We characterize the solution to the entropically regularized optimal transport problem by a well-posed ordinary differential equation (ODE). Our approach works for discrete marginals and general cost functions, and in addition to two marginal problems, applies to multi-marginal problems and those with additional linear constraints. Solving the ODE gives a new numerical method to solve the optimal transport problem, which has the advantage of yielding the solution for all intermediate values of the ODE parameter (which is equivalent to the usual regularization parameter). We illustrate this method with several numerical simulations.

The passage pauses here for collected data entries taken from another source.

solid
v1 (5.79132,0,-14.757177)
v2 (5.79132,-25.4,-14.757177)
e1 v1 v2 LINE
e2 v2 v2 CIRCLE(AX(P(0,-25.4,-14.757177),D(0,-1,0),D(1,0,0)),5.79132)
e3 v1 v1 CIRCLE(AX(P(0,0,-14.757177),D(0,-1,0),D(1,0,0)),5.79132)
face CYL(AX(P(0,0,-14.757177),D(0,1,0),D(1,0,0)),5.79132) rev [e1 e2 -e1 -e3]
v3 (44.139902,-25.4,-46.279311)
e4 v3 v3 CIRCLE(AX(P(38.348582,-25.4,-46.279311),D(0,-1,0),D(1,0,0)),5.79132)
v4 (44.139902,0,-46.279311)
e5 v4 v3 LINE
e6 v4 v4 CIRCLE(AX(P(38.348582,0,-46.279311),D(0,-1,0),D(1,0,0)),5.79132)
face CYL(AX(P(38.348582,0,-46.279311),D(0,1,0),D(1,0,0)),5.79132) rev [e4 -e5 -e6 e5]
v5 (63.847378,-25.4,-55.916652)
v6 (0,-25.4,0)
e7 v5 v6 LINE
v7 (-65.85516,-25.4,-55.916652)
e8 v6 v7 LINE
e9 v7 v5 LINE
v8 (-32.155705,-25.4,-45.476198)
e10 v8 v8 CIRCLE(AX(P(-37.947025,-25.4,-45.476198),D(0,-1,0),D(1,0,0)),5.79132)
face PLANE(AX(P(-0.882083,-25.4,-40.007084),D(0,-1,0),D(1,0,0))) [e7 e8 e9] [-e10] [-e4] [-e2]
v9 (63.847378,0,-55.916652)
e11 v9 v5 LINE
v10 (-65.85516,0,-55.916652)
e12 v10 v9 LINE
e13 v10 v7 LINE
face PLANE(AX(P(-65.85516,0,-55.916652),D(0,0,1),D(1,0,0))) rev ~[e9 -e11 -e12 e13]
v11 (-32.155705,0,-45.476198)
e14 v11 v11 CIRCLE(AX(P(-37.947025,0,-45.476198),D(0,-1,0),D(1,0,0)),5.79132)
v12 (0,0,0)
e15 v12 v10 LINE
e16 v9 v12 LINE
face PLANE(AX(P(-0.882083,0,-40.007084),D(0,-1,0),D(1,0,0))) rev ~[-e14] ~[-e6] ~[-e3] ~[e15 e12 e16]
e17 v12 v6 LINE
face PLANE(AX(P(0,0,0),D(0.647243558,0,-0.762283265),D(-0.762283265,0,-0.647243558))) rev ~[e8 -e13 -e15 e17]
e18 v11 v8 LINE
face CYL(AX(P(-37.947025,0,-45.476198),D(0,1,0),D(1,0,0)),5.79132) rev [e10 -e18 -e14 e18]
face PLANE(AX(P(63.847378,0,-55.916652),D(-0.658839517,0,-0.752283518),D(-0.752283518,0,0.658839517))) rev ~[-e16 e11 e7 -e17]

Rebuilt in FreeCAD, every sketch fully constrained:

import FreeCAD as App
import Part
import Sketcher


def add_polygon(sketch, points):
    """Adds a closed chain of lines whose ends are joined by coincident constraints."""
    first, n = sketch.GeometryCount, len(points)
    for a, b in zip(points, points[1:] + points[:1]):
        sketch.addGeometry(Part.LineSegment(App.Vector(*a, 0), App.Vector(*b, 0)), False)
    for i in range(n):
        sketch.addConstraint(Sketcher.Constraint("Coincident", first + i, 2, first + (i + 1) % n, 1))

doc = App.newDocument("Part")
params = doc.addObject("Spreadsheet::Sheet", "Params")
for row, (alias, value) in enumerate([
    ("pad1_length", "1 in"),
], start=1):
    params.set(f"A{row}", alias)
    params.set(f"B{row}", "=" + value)
    params.setAlias(f"B{row}", alias)

body = doc.addObject("PartDesign::Body", "Body")

# Sketch on XZ plane
sketch1 = doc.addObject("Sketcher::SketchObject", "Sketch")
body.addObject(sketch1)
sketch1.AttachmentSupport = (doc.XZ_Plane, [""])
sketch1.MapMode = "FlatFace"
add_polygon(sketch1, [(64, -56), (0, 0), (-66, -56)])  # lines 0-2
sketch1.addGeometry(Part.Circle(App.Vector(-38, -45, 0), App.Vector(0, 0, 1), 6), False)  # 3
sketch1.addGeometry(Part.Circle(App.Vector(38, -46, 0), App.Vector(0, 0, 1), 6), False)  # 4
sketch1.addGeometry(Part.Circle(App.Vector(0, -15, 0), App.Vector(0, 0, 1), 6), False)  # 5
sketch1.addConstraint([
    Sketcher.Constraint("Horizontal", 2),
    Sketcher.Constraint("Coincident", 0, 2, -1, 1),
    Sketcher.Constraint("Equal", 3, 4),
    Sketcher.Constraint("Equal", 4, 5),
    Sketcher.Constraint("PointOnObject", 5, 3, -2),
    Sketcher.Constraint("Diameter", 3, 11.58264),
    Sketcher.Constraint("DistanceX", 2, 1, 2, 2, 129.702538),
    Sketcher.Constraint("Distance", 0, 84.87143),
    Sketcher.Constraint("Distance", 1, 86.391979),
    Sketcher.Constraint("DistanceY", 4, 3, -1, 1, 46.279311),
    Sketcher.Constraint("DistanceY", 3, 3, 5, 3, 30.719021),
    Sketcher.Constraint("DistanceX", 3, 3, -1, 1, 37.947025),
    Sketcher.Constraint("DistanceY", 3, 3, -1, 1, 45.476198),
    Sketcher.Constraint("DistanceX", -1, 1, 4, 3, 38.348582),
])
pad1 = doc.addObject("PartDesign::Pad", "Pad")
body.addObject(pad1)
pad1.Profile = sketch1
pad1.setExpression("Length", "Params.pad1_length")

doc.recompute()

The formulation of the ODE also allows one to compute derivatives of the optimal cost when the ODE parameter is $0$, corresponding to the fully regularized limit problem in which only the entropy is minimized.

翻译：我们通过一个适定的常微分方程（ODE）刻画了熵正则化最优输运问题的解。该方法适用于离散边际分布与一般代价函数，除双边际问题外，还可推广至多边际问题及附加线性约束的问题。求解该ODE为最优输运问题提供了一种新的数值方法，其优势在于能同时得到ODE参数（等价于通常的正则化参数）所有中间值对应的解。我们通过若干数值模拟验证了该方法。该ODE的构建还使得我们能够计算ODE参数为$0$（对应仅最小化熵的完全正则化极限问题）时最优代价的导数。